When a release is ready enough

“Done” in game testing is a state of data and confidence, not complete coverage. There is a due date, and usually by then the quality is at the desired level, every feature as deeply tested as planned.

The team makes the decision together, but it is based heavily on experience. The team leader explicitly asks the testers who have worked on a feature how they feel about it. This feeling counts alongside the green checkmarks and closed issues.

If there is not enough trust, there is a retest. Then the team has to be honest with developers and product managers and say that it needs a few more days because something was overlooked in the estimate. Because testing is done internally for your own product, this step is possible without having to argue against an external customer.

Even after 25 years, there is still enough technical testing to be done

An old game does not stand still, new technology is regularly added and brings its own test tasks. Tibia remains graphically in 2D, a leap to new graphics is not planned. Nevertheless, the technical scope is growing.

Examples include a dedicated app with game information and the complete soundtrack for the game, which previously had no sound. This soundtrack was a major test task because sound doesn’t just go on and off.

The sound follows a logic and has to match the location, which is different on a coast than at a well. Players can control the sound granularly, for example only switching off the weapons or only the spells of others. In testing, you then work a lot with log files and manipulation to evaluate whether the sound is the right one at this point, without having to wait hours for the next piece of music.

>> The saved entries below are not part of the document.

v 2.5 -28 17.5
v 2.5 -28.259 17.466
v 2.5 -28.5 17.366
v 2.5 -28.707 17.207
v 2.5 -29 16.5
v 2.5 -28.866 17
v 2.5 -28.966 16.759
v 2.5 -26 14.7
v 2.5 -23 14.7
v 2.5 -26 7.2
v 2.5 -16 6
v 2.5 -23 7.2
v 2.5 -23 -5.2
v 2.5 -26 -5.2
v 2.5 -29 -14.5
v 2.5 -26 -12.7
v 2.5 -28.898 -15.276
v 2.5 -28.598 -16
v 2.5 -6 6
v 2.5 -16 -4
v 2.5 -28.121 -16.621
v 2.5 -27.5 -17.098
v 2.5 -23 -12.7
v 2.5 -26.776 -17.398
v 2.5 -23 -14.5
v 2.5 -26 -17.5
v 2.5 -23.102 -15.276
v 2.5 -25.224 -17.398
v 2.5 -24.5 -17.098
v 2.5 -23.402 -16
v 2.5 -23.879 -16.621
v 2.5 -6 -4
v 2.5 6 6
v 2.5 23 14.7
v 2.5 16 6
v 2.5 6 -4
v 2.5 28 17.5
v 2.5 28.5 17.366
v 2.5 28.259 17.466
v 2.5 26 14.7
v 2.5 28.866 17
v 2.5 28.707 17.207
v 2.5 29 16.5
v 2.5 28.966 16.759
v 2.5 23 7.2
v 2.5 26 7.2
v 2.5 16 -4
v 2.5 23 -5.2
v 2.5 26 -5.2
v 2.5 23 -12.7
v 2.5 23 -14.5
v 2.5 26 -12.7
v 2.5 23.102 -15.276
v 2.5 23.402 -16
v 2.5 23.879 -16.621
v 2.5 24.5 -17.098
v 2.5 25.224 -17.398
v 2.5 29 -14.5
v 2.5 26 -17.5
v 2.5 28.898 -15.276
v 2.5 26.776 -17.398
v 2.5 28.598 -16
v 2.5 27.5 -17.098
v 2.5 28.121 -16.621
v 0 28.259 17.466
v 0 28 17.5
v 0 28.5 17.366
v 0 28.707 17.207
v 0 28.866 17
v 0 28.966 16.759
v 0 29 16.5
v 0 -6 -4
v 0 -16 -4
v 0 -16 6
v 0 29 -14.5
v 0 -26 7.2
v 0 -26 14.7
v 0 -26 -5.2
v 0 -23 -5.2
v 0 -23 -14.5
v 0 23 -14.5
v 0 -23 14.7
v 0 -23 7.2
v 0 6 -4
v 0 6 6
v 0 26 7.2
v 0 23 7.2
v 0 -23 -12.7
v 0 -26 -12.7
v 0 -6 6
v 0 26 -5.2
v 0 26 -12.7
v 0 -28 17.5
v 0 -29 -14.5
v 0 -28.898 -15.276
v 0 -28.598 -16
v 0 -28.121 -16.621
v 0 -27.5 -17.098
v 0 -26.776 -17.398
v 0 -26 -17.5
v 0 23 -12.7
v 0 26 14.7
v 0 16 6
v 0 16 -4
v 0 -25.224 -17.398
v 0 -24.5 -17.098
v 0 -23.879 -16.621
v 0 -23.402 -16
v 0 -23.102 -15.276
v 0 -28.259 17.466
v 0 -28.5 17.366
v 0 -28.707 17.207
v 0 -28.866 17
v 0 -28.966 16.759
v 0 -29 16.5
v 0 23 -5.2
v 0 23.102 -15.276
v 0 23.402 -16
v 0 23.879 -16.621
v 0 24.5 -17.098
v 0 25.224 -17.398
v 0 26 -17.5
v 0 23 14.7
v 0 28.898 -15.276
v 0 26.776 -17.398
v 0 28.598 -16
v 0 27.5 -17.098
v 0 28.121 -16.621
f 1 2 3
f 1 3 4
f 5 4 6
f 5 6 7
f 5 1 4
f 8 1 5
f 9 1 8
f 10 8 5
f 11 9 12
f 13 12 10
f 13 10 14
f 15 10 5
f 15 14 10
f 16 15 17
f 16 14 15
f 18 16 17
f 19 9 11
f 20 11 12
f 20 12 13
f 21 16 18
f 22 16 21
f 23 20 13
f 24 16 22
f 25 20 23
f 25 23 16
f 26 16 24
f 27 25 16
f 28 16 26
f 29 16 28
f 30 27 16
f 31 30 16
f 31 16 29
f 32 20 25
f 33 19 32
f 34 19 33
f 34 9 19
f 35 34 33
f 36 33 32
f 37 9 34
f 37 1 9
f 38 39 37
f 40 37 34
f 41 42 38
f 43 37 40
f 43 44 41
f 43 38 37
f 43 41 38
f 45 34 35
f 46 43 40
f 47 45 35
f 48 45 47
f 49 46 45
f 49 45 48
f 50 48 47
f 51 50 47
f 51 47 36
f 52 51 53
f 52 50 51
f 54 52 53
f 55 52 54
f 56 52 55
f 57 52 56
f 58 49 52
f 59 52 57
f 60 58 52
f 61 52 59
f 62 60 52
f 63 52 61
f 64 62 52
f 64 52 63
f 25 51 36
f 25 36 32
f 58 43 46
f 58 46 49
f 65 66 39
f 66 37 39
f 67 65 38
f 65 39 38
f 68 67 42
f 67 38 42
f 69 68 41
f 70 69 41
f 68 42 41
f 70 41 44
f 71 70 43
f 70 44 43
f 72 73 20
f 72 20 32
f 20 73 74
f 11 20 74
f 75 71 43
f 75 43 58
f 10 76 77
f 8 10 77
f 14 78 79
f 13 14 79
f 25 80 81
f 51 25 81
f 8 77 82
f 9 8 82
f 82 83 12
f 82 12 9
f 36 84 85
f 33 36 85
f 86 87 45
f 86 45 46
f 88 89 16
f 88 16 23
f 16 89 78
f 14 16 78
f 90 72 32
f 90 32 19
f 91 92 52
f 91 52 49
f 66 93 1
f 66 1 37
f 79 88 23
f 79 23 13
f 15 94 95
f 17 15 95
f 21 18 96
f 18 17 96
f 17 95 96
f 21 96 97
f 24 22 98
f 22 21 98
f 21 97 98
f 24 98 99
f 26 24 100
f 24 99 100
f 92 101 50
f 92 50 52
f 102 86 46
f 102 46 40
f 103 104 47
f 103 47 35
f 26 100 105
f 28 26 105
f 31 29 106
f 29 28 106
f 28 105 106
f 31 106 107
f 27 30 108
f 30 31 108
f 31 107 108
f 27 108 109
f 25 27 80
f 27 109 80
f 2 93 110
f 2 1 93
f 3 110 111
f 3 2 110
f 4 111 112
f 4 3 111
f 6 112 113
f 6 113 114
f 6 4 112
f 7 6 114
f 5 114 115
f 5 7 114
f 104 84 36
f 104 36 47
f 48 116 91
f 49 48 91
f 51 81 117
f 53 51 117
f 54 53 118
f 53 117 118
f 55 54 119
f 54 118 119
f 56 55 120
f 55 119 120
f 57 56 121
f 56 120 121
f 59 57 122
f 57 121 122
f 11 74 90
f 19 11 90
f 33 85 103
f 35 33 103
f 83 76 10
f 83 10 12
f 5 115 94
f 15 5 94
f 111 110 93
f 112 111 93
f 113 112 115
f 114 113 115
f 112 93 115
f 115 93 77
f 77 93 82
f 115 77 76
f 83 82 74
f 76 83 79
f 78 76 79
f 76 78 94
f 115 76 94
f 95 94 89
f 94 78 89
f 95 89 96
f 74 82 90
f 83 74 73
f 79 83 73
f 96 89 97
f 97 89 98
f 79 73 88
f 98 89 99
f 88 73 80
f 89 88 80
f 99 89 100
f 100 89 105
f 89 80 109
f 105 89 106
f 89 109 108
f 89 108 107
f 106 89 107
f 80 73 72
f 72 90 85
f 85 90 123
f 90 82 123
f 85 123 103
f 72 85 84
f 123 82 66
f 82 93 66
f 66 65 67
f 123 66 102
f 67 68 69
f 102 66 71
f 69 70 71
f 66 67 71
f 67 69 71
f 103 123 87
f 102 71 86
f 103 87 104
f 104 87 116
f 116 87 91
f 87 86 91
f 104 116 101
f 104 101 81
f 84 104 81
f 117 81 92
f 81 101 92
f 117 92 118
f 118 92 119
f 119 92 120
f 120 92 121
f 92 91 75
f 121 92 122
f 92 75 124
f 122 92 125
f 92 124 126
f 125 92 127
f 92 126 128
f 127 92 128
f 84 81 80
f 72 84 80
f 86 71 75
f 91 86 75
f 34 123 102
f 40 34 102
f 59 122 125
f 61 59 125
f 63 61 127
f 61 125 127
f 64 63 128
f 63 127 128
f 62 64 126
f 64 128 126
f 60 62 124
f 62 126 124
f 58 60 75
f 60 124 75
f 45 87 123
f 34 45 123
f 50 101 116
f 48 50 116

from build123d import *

# Parameters (mm, degrees)
SKETCH_2_W          = 35
SKETCH_2_H          = 58
EXTRUDE_1_DEPTH     = 2.5
SKETCH_4_W          = 7.5
SKETCH_4_H          = 3
CUT_EXTRUDE_1_DEPTH = 3.5
CUT_EXTRUDE_2_DEPTH = 3.5
SKETCH_7_W          = 10
SKETCH_7_H          = 10
CUT_EXTRUDE_3_DEPTH = 3.5
FILLET_1_R          = 1


with BuildPart() as part:
    # 草图2 → 凸台-拉伸1 (new body)
    with BuildSketch(Plane(origin=(0, 0, 0), x_dir=(0, 0, -1), z_dir=(1, 0, 0))):
        Rectangle(SKETCH_2_W, SKETCH_2_H)
    extrude(amount=EXTRUDE_1_DEPTH)

    # 草图4 → 切除-拉伸1 (cut, through all)
    with BuildSketch(Plane.ZY):
        with Locations((-8.95, 24.5)):
            Rectangle(SKETCH_4_W, SKETCH_4_H)
        with Locations((10.95, 24.5)):
            Rectangle(SKETCH_4_W, SKETCH_4_H)
        with Locations((-8.95, -24.5)):
            Rectangle(SKETCH_4_W, SKETCH_4_H)
        with Locations((10.95, -24.5)):
            Rectangle(SKETCH_4_W, SKETCH_4_H)
    extrude(amount=-CUT_EXTRUDE_1_DEPTH, mode=Mode.SUBTRACT)

    # 草图5 → 切除-拉伸2 (cut, through all)
    with BuildSketch(Plane.ZY):
        with BuildLine():
            Line((-17.5, 29), (-17.5, 26.000000007))
            ThreePointArc((-17.5, 26.000000007), (-16.621320341, 28.121320346), (-14.5, 29))
            Line((-14.5, 29), (-17.5, 29))
        make_face()
        with BuildLine():
            Line((-14.5, 0), (-14.5, 23))
            ThreePointArc((-14.5, 23), (-16.621320346, 23.878679659), (-17.5, 26.000000007))
            Line((-17.5, 26.000000007), (-17.5, 0))
            Line((-17.5, 0), (-14.5, 0))
        make_face()
        with BuildLine():
            Line((-14.5, -23), (-14.5, 0))
            Line((-14.5, 0), (-17.5, 0))
            Line((-17.5, 0), (-17.5, -26))
            ThreePointArc((-17.5, -26), (-16.621320344, -23.878679656), (-14.5, -23))
        make_face()
        with BuildLine():
            ThreePointArc((-14.5, -29), (-16.621320344, -28.121320344), (-17.5, -26))
            Line((-17.5, -26), (-17.5, -29))
            Line((-17.5, -29), (-14.5, -29))
        make_face()
    extrude(amount=-CUT_EXTRUDE_2_DEPTH, mode=Mode.SUBTRACT)

    # 草图7 → 切除-拉伸3 (cut, through all)
    with BuildSketch(Plane.ZY):
        with Locations((1, -11)):
            Rectangle(SKETCH_7_W, SKETCH_7_H)
        with Locations((1, 11)):
            Rectangle(SKETCH_7_W, SKETCH_7_H)
    extrude(amount=-CUT_EXTRUDE_3_DEPTH, mode=Mode.SUBTRACT)

    # 圆角1
    fillet_1_edges = [part.edges().sort_by_distance(p)[0] for p in [
        (1.25, -29, 17.5),
        (1.25, 29, 17.5),
    ]]
    fillet(fillet_1_edges, radius=FILLET_1_R)


solid = part.part
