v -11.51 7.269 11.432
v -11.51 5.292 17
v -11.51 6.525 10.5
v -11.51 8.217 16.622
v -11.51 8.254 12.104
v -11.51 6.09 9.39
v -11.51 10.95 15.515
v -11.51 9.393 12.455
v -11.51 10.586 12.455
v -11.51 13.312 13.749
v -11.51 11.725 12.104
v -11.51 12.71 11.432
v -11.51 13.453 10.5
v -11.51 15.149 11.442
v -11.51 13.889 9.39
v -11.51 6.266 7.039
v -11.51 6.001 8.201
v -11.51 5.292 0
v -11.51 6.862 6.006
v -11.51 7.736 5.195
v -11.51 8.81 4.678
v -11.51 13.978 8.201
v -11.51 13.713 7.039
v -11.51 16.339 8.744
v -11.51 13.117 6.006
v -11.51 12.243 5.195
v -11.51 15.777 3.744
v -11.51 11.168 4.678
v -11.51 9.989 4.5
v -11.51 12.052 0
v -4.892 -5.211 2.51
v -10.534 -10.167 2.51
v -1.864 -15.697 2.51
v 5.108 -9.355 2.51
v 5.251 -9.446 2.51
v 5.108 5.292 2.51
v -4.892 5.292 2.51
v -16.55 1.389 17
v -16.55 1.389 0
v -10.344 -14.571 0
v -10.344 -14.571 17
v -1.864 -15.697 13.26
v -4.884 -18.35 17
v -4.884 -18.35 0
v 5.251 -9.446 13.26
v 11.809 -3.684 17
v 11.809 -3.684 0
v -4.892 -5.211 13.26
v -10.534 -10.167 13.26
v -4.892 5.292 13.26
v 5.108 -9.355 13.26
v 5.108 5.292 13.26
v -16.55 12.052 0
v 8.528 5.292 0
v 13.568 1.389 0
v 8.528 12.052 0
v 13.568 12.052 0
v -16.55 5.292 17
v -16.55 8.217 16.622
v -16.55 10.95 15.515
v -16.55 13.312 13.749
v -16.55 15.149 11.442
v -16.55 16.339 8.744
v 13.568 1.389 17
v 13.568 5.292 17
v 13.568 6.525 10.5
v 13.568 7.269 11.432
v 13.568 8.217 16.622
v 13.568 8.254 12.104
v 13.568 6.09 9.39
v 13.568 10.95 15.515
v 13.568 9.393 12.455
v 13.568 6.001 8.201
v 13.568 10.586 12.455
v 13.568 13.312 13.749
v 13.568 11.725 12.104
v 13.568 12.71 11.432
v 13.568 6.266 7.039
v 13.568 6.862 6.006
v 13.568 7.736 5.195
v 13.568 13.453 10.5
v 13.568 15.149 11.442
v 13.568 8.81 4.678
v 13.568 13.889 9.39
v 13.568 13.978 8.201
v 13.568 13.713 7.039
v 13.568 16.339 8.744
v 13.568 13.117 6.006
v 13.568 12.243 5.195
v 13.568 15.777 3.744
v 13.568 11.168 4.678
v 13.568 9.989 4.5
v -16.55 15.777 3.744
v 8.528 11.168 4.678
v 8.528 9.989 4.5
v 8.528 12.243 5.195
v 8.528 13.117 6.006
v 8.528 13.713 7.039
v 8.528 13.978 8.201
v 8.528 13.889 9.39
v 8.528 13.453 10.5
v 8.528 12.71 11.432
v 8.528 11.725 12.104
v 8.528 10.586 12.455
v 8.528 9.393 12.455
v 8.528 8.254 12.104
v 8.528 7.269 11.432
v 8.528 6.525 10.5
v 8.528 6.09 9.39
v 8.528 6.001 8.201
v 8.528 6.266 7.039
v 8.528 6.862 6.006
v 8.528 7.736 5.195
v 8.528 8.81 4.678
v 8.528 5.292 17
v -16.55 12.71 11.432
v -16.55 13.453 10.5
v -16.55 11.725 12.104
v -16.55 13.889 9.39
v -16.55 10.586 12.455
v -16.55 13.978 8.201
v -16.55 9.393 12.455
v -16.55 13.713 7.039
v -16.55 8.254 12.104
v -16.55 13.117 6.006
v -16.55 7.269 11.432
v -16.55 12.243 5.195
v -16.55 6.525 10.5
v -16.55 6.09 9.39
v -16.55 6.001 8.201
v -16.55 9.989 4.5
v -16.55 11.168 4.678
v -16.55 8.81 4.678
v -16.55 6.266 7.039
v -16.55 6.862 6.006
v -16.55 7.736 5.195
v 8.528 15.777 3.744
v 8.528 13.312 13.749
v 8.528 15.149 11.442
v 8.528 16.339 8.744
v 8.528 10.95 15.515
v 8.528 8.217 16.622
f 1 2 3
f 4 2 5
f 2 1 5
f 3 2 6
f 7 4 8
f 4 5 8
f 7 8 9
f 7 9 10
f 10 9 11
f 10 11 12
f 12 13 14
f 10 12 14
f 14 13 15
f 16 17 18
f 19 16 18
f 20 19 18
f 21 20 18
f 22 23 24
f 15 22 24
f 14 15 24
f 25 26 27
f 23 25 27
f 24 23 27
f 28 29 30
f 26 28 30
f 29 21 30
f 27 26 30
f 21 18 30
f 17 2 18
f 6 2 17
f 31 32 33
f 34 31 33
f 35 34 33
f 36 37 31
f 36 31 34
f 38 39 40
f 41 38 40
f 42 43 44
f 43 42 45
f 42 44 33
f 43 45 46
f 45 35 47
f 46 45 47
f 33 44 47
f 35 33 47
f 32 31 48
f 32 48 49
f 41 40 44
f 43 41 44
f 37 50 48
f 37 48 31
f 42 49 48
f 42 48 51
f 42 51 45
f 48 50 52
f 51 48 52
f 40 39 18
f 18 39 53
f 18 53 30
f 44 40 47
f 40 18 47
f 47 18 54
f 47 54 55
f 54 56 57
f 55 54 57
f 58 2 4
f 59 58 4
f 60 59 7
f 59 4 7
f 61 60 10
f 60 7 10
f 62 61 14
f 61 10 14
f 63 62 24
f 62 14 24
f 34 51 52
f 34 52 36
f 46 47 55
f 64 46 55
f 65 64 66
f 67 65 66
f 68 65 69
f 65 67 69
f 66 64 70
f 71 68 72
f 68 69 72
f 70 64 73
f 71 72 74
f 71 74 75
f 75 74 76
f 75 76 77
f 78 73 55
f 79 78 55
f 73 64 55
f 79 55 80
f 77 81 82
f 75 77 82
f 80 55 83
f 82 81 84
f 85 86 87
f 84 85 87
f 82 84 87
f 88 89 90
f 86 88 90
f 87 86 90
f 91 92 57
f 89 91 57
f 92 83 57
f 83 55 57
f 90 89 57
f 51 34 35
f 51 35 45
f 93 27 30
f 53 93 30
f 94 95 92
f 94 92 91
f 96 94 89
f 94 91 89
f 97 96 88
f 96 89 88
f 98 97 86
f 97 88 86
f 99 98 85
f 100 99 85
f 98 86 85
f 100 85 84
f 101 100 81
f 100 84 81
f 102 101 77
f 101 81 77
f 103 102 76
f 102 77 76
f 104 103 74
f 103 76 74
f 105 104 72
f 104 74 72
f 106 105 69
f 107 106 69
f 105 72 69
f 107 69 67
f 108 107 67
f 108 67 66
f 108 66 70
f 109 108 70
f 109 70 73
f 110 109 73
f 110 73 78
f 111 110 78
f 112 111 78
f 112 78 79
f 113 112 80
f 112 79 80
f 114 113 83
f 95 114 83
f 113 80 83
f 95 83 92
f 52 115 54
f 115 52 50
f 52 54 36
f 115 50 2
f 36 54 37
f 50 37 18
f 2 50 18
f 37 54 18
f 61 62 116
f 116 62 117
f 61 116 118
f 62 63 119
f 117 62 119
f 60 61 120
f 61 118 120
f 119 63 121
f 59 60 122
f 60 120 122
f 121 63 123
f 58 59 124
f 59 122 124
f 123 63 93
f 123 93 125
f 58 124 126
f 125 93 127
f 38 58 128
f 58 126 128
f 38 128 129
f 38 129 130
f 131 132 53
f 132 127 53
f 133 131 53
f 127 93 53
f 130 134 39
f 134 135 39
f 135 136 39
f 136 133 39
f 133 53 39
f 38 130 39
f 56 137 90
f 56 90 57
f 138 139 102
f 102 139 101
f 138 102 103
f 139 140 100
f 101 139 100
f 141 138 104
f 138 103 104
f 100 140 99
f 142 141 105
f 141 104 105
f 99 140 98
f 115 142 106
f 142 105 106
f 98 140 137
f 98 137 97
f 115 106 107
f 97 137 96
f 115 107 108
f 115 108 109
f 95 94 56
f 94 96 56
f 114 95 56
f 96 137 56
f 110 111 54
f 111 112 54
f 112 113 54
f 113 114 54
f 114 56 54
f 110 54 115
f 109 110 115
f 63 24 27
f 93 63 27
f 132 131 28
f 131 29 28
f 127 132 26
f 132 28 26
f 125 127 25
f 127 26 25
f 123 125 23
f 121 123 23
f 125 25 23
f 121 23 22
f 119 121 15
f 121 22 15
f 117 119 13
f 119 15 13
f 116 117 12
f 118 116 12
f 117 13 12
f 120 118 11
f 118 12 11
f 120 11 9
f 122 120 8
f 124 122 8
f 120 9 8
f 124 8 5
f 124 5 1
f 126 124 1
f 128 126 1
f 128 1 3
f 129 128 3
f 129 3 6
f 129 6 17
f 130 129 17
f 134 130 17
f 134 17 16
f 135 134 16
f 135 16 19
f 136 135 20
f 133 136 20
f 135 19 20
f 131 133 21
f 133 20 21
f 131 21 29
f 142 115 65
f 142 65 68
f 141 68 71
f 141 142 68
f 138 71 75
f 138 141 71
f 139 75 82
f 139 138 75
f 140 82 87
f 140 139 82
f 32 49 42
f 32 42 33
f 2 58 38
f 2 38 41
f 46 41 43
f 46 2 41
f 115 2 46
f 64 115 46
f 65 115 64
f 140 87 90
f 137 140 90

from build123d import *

# Parameters (mm, degrees)
BOSS_EXTRUDE1_DEPTH     = 17
CUT_EXTRUDE1_DEPTH      = 44
CUT_EXTRUDE1_DEPTH_BACK = 15
SKETCH3_W               = 9.47
SKETCH3_H               = 10.75
CUT_EXTRUDE2_REACH      = 25.642
SKETCH5_W               = 10
SKETCH5_H               = 10.75
SKETCH6_R               = 4
CUT_EXTRUDE3_DEPTH      = 20


with BuildPart() as part:
    # Sketch1 → Boss-Extrude1 (new body)
    with BuildSketch(Plane.XY):
        Polygon((-16.550185094, 16.389351475), (-16.550185094, 1.389351475), (-10.343680533, -14.570648525), (-4.883984447, -18.349711721), (11.8091046, -3.684474659), (13.567850846, 1.389351475), (13.567850846, 16.389351475), (8.527850846, 16.389351475), (8.527850846, 5.292351475), (-11.510185094, 5.292351475), (-11.510185094, 16.389351475), align=None)
    extrude(amount=BOSS_EXTRUDE1_DEPTH)

    # Sketch2 → Cut-Extrude1 (cut, two sides)
    with BuildSketch(Plane(origin=(-11.510185094, 0, 0), x_dir=(0, 0, -1), z_dir=(1, 0, 0))) as cut_extrude1_sk:
        with BuildLine():
            Line((-17, 16.389351475), (-17, 5.292351475))
            ThreePointArc((-17, 5.292351475), (-14.707938783, 12.187976499), (-8.743930787, 16.339337446))
            Line((-8.743930787, 16.339337446), (-3.743930787, 15.776730228))
            Line((-3.743930787, 15.776730228), (0, 12.052351475))
            Line((0, 12.052351475), (0, 16.389351475))
            Line((0, 16.389351475), (-17, 16.389351475))
        make_face()
    extrude(amount=CUT_EXTRUDE1_DEPTH, mode=Mode.SUBTRACT)
    extrude(cut_extrude1_sk.sketch, amount=-CUT_EXTRUDE1_DEPTH_BACK, mode=Mode.SUBTRACT)

    # Cut-Sweep1: sweep along a path in Sketch4
    with BuildLine(Plane(origin=(0, 0, 10), x_dir=(-1, 0, 0), z_dir=(0, 0, -1))) as cut_sweep1_path:
        Line((0.820338721, -14.779711721), (9.490783662, -9.250648525))
    # Sketch3 → Cut-Sweep1 (sweep, cut)
    with BuildSketch(Plane(origin=(6.970965598, -7.934883628, 0), x_dir=(0.751264134, 0.660001668, 0), z_dir=(0.660001668, -0.751264134, 0))):
        with Locations((-7.025002686, 7.885)):
            Rectangle(SKETCH3_W, SKETCH3_H)
    sweep(path=cut_sweep1_path.line, mode=Mode.SUBTRACT)

    # Cut-Extrude2: up to this face of the body (flat: up to its plane)
    cut_extrude2_end = Plane(part.part.faces().sort_by_distance((-6.1991251, -12.931973418, 7.885))[0])
    # Sketch5 → Cut-Extrude2 (cut, up to the picked face)
    with BuildSketch(Plane(origin=(0, 5.292351475, 0), x_dir=(1, 0, 0), z_dir=(0, 1, 0)), mode=Mode.PRIVATE) as cut_extrude2_sk1:
        with Locations((0.107850846, -7.885)):
            Rectangle(SKETCH5_W, SKETCH5_H)
    cut_extrude2_tool1 = split(extrude(cut_extrude2_sk1.sketch, amount=-CUT_EXTRUDE2_REACH, mode=Mode.PRIVATE), bisect_by=cut_extrude2_end, keep=Keep.BOTH, mode=Mode.PRIVATE)
    add(cut_extrude2_tool1.solids().sort_by_distance((0.107851, 5.292351, 7.885))[0], mode=Mode.SUBTRACT)

    # Sketch6 → Cut-Extrude3 (cut, symmetric)
    with BuildSketch(Plane(origin=(-1.491167124, 0, 0), x_dir=(0, 0, -1), z_dir=(1, 0, 0))):
        with Locations((-8.5, 9.989351475)):
            Circle(SKETCH6_R)
    extrude(amount=CUT_EXTRUDE3_DEPTH, both=True, mode=Mode.SUBTRACT)


solid = part.part
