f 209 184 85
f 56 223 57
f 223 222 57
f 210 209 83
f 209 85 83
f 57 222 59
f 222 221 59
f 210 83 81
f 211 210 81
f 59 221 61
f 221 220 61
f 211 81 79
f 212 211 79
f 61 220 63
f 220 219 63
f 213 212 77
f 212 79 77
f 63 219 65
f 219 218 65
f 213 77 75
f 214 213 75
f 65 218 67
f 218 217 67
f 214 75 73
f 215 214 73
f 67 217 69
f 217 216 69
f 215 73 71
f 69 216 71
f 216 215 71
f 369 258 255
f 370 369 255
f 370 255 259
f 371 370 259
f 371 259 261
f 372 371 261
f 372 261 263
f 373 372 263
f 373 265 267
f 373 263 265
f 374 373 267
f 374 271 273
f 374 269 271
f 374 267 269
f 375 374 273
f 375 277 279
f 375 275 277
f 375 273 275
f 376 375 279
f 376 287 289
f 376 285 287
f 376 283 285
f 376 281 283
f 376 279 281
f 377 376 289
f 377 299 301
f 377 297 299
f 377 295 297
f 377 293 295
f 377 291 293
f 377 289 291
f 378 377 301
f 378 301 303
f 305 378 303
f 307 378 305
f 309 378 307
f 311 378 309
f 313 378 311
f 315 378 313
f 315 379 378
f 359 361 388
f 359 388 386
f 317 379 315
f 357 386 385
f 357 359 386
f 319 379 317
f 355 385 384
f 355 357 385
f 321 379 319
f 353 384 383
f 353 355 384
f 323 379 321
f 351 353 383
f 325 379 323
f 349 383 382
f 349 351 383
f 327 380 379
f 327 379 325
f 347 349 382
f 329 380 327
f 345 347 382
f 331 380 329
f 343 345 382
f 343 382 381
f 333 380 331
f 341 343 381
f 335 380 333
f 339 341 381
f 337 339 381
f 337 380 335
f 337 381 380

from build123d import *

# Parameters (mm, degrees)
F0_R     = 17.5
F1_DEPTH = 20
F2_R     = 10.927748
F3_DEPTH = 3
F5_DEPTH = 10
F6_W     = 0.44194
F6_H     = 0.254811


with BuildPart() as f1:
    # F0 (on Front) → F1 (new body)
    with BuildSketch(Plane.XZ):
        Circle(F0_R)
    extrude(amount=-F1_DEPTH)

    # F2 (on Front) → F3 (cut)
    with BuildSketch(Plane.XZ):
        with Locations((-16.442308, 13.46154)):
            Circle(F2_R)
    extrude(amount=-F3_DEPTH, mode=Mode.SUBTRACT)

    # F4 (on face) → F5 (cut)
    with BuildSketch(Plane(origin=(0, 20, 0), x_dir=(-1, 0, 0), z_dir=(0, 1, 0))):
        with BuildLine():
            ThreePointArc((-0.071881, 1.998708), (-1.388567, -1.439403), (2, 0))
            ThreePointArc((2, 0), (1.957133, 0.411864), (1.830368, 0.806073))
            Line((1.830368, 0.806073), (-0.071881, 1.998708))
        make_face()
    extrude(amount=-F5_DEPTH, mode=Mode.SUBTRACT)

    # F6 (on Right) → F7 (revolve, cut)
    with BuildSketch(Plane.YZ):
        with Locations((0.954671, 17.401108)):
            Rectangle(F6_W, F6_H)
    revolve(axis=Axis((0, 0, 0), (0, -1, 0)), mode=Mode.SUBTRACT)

Well-known bug classics and what they teach us

Even carefully tested games don’t manage to catch every bug because not everything can be tested. This basic rule of testing is illustrated by specific cases from production.

A whoopee cushion could be stacked. If a player stacked too many on top of each other, a data type overflowed and the client or server crashed.
A cube allowed a player to hit another player on the head and then disappear instead of being punished as usual.
An event island that had been worked on for weeks was suddenly no longer accessible after an authorization change to the accessibility. This was only noticed during the external test phase.

These cases have a common pattern: a sensible change in one place breaks another that nobody thought of at the time of the change. Areas touched late in the release can no longer be completely retested, so something can slip through. The weekly patch rhythm cushions this because such errors can be rectified promptly.